AIM OF THE TASK:
Look through the material below. Return exactly the lines from the one with "#27=ORIENTED_EDGE('',*,*,#26,.T.);" through the one with "#54=AXIS2_PLACEMENT_3D('',#53,#17,#23);", both included.

DATA EXTRACT:
══════════

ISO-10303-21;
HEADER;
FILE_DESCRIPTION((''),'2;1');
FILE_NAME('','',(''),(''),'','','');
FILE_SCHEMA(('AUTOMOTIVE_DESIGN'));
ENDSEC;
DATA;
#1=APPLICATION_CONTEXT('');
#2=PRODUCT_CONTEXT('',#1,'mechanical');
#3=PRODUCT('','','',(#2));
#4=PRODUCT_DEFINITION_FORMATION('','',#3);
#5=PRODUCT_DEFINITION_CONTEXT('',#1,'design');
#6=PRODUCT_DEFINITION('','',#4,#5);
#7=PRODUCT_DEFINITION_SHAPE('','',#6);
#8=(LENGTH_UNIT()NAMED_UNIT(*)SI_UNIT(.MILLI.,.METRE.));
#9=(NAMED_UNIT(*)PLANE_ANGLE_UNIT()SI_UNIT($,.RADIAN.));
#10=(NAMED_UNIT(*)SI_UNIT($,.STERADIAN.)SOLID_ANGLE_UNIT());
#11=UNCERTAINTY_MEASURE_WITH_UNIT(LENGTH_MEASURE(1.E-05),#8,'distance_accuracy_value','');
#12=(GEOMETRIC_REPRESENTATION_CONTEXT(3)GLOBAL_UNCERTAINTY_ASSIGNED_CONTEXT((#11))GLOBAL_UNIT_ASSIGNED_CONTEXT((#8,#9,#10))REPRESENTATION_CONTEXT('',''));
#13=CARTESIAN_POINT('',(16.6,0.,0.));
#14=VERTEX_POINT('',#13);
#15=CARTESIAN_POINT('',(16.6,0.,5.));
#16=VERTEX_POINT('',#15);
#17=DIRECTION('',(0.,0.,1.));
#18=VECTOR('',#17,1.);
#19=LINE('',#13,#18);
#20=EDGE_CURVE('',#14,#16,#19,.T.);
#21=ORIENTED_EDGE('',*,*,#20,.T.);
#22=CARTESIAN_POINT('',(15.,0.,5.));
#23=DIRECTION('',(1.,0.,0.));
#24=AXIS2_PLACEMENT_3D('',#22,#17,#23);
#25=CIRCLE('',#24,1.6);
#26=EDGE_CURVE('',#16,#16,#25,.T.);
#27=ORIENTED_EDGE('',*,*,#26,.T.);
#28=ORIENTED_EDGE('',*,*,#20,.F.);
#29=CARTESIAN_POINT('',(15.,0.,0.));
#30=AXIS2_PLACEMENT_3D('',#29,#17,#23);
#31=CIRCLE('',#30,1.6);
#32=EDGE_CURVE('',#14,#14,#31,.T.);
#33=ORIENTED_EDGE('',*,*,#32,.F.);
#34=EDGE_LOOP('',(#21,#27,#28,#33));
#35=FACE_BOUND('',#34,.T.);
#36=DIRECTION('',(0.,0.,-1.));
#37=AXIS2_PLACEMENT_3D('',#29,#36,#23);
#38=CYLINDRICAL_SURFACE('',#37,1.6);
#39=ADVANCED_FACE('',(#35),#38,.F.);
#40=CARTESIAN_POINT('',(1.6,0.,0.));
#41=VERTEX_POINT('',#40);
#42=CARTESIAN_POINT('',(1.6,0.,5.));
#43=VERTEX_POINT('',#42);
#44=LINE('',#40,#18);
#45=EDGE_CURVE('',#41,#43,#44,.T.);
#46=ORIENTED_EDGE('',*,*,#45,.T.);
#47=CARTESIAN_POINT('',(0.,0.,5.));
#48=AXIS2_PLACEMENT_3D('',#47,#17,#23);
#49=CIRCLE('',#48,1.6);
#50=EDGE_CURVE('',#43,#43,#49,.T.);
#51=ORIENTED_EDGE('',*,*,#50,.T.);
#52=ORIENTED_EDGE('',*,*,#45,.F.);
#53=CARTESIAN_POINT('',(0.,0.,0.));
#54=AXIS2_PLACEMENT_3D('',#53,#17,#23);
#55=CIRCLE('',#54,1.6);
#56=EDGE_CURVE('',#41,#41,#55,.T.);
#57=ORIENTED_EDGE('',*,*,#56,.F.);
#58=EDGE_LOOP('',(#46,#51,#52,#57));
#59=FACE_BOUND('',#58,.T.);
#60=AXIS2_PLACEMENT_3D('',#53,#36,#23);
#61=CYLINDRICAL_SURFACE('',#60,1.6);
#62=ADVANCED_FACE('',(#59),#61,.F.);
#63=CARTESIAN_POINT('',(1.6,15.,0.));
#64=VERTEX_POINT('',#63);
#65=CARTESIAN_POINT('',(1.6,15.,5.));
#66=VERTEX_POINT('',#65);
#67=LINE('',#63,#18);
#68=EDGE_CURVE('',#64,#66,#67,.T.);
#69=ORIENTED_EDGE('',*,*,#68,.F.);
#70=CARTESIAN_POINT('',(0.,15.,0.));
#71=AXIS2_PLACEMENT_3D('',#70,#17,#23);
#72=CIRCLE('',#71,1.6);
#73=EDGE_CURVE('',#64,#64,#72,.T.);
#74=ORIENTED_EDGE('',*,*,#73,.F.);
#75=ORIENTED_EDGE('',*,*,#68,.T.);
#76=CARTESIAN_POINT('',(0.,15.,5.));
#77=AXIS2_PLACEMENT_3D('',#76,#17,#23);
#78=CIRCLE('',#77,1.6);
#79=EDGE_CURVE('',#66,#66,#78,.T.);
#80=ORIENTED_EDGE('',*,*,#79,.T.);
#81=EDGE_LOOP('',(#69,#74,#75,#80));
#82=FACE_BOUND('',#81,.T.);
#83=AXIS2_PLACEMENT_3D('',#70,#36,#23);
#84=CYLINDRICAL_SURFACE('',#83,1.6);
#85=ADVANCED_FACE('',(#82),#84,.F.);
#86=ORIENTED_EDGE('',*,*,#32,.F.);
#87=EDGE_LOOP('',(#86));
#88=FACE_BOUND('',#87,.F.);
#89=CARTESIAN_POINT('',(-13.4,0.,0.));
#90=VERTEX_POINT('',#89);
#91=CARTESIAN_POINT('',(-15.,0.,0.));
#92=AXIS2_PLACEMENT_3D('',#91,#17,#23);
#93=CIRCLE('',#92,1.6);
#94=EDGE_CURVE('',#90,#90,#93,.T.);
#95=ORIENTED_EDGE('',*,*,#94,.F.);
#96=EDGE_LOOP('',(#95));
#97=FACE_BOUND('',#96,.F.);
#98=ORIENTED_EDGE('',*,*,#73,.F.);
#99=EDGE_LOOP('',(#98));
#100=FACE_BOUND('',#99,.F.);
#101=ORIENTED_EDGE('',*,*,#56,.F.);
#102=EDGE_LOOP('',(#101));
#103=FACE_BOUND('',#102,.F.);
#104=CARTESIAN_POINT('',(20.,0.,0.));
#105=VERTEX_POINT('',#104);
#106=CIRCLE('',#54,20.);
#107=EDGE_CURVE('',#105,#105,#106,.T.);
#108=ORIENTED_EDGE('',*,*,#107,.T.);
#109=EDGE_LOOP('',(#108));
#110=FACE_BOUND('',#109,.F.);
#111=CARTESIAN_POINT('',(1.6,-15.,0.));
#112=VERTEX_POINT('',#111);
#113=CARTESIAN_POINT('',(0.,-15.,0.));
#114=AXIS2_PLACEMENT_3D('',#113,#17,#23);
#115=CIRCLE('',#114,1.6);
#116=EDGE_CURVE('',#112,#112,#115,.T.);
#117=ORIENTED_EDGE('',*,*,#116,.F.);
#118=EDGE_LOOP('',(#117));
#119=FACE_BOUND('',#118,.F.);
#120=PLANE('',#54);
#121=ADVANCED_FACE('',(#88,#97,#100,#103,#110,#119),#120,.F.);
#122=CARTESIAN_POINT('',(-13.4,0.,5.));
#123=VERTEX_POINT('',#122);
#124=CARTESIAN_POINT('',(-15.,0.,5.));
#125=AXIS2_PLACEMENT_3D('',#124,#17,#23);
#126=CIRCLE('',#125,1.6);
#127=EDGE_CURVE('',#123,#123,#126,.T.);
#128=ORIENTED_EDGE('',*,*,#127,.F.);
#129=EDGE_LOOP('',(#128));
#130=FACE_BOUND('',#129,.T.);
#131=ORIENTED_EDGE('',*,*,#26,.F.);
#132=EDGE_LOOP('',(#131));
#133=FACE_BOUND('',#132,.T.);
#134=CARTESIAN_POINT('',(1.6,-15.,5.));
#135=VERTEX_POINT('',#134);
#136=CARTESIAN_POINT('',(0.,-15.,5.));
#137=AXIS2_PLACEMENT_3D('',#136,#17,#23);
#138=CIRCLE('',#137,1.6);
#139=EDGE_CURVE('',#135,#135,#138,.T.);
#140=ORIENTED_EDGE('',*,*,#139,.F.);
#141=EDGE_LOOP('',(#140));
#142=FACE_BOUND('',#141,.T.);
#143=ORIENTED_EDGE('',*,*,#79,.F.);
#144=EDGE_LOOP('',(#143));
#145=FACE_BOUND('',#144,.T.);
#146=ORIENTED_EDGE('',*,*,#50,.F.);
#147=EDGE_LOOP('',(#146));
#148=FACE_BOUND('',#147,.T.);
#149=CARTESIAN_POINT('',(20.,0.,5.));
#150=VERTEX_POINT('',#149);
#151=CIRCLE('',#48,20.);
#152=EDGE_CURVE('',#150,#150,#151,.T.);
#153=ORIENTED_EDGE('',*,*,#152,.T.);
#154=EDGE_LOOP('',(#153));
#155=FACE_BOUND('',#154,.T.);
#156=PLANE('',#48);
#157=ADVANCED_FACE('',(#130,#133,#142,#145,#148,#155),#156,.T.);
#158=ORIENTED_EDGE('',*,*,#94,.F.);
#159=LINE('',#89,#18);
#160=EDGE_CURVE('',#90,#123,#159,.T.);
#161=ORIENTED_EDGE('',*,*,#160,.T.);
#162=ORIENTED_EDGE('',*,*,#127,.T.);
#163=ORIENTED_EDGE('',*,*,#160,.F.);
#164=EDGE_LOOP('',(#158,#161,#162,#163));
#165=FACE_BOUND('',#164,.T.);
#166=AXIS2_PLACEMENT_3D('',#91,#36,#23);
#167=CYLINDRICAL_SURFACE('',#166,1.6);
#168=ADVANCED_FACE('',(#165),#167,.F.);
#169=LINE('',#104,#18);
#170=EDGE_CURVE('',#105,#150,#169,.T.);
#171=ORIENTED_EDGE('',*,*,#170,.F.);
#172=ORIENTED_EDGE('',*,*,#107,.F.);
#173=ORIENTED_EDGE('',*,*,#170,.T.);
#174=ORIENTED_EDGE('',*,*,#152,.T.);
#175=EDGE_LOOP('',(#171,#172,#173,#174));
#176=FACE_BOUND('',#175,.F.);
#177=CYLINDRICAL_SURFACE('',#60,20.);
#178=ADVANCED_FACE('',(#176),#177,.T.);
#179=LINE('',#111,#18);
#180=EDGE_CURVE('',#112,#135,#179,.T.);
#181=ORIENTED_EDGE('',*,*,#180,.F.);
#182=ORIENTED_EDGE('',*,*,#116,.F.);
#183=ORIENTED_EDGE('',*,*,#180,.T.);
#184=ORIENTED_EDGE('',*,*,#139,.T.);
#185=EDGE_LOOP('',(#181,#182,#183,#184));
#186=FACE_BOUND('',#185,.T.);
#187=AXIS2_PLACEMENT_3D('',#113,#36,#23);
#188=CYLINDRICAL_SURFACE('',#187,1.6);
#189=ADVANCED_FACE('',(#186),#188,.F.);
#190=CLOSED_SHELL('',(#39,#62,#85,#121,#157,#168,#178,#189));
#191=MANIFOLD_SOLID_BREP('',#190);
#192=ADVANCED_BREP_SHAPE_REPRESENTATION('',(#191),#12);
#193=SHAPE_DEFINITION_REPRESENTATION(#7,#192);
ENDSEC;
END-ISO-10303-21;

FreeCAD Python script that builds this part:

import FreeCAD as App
import Part
import Sketcher
Q = App.Units.Quantity

doc = App.newDocument("Part")
body = doc.addObject("PartDesign::Body", "Body")

# Sketch on XY plane
sketch1 = body.newObject("Sketcher::SketchObject", "Sketch")
sketch1.AttachmentSupport = (doc.getObject("XY_Plane"), [""])
sketch1.MapMode = "FlatFace"
sketch1.addGeometry(Part.Circle(App.Vector(0, 0, 0), App.Vector(0, 0, 1), 20), False)
sketch1.addGeometry(Part.Circle(App.Vector(0, -15, 0), App.Vector(0, 0, 1), 1.6), False)
sketch1.addGeometry(Part.Circle(App.Vector(-15, 0, 0), App.Vector(0, 0, 1), 1.6), False)
sketch1.addGeometry(Part.Circle(App.Vector(0, 0, 0), App.Vector(0, 0, 1), 1.6), False)
sketch1.addGeometry(Part.Circle(App.Vector(15, 0, 0), App.Vector(0, 0, 1), 1.6), False)
sketch1.addGeometry(Part.Circle(App.Vector(0, 15, 0), App.Vector(0, 0, 1), 1.6), False)
sketch1.addConstraint(Sketcher.Constraint("Coincident", 0, 3, -1, 1))
sketch1.addConstraint(Sketcher.Constraint("Coincident", 3, 3, -1, 1))
sketch1.addConstraint(Sketcher.Constraint("Equal", 1, 2))
sketch1.addConstraint(Sketcher.Constraint("Equal", 2, 3))
sketch1.addConstraint(Sketcher.Constraint("Equal", 3, 4))
sketch1.addConstraint(Sketcher.Constraint("Equal", 4, 5))
sketch1.addConstraint(Sketcher.Constraint("Symmetric", 2, 3, 4, 3, -1, 1))
sketch1.addConstraint(Sketcher.Constraint("Symmetric", 1, 3, 5, 3, -1, 1))
sketch1.addConstraint(Sketcher.Constraint("PointOnObject", 1, 3, -2))
sketch1.addConstraint(Sketcher.Constraint("PointOnObject", 2, 3, -1))
sketch1.addConstraint(Sketcher.Constraint("Diameter", 0, Q("40 mm")))
sketch1.addConstraint(Sketcher.Constraint("Diameter", 1, Q("3.2 mm")))
sketch1.addConstraint(Sketcher.Constraint("DistanceX", 2, 3, 4, 3, Q("30 mm")))
sketch1.addConstraint(Sketcher.Constraint("DistanceY", 1, 3, 5, 3, Q("30 mm")))
pad1 = body.newObject("PartDesign::Pad", "Pad")
pad1.Profile = sketch1
pad1.Length = 5

doc.recompute()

══════════

SOLUTION TO THIS EXERCISE:
#27=ORIENTED_EDGE('',*,*,#26,.T.);
#28=ORIENTED_EDGE('',*,*,#20,.F.);
#29=CARTESIAN_POINT('',(15.,0.,0.));
#30=AXIS2_PLACEMENT_3D('',#29,#17,#23);
#31=CIRCLE('',#30,1.6);
#32=EDGE_CURVE('',#14,#14,#31,.T.);
#33=ORIENTED_EDGE('',*,*,#32,.F.);
#34=EDGE_LOOP('',(#21,#27,#28,#33));
#35=FACE_BOUND('',#34,.T.);
#36=DIRECTION('',(0.,0.,-1.));
#37=AXIS2_PLACEMENT_3D('',#29,#36,#23);
#38=CYLINDRICAL_SURFACE('',#37,1.6);
#39=ADVANCED_FACE('',(#35),#38,.F.);
#40=CARTESIAN_POINT('',(1.6,0.,0.));
#41=VERTEX_POINT('',#40);
#42=CARTESIAN_POINT('',(1.6,0.,5.));
#43=VERTEX_POINT('',#42);
#44=LINE('',#40,#18);
#45=EDGE_CURVE('',#41,#43,#44,.T.);
#46=ORIENTED_EDGE('',*,*,#45,.T.);
#47=CARTESIAN_POINT('',(0.,0.,5.));
#48=AXIS2_PLACEMENT_3D('',#47,#17,#23);
#49=CIRCLE('',#48,1.6);
#50=EDGE_CURVE('',#43,#43,#49,.T.);
#51=ORIENTED_EDGE('',*,*,#50,.T.);
#52=ORIENTED_EDGE('',*,*,#45,.F.);
#53=CARTESIAN_POINT('',(0.,0.,0.));
#54=AXIS2_PLACEMENT_3D('',#53,#17,#23);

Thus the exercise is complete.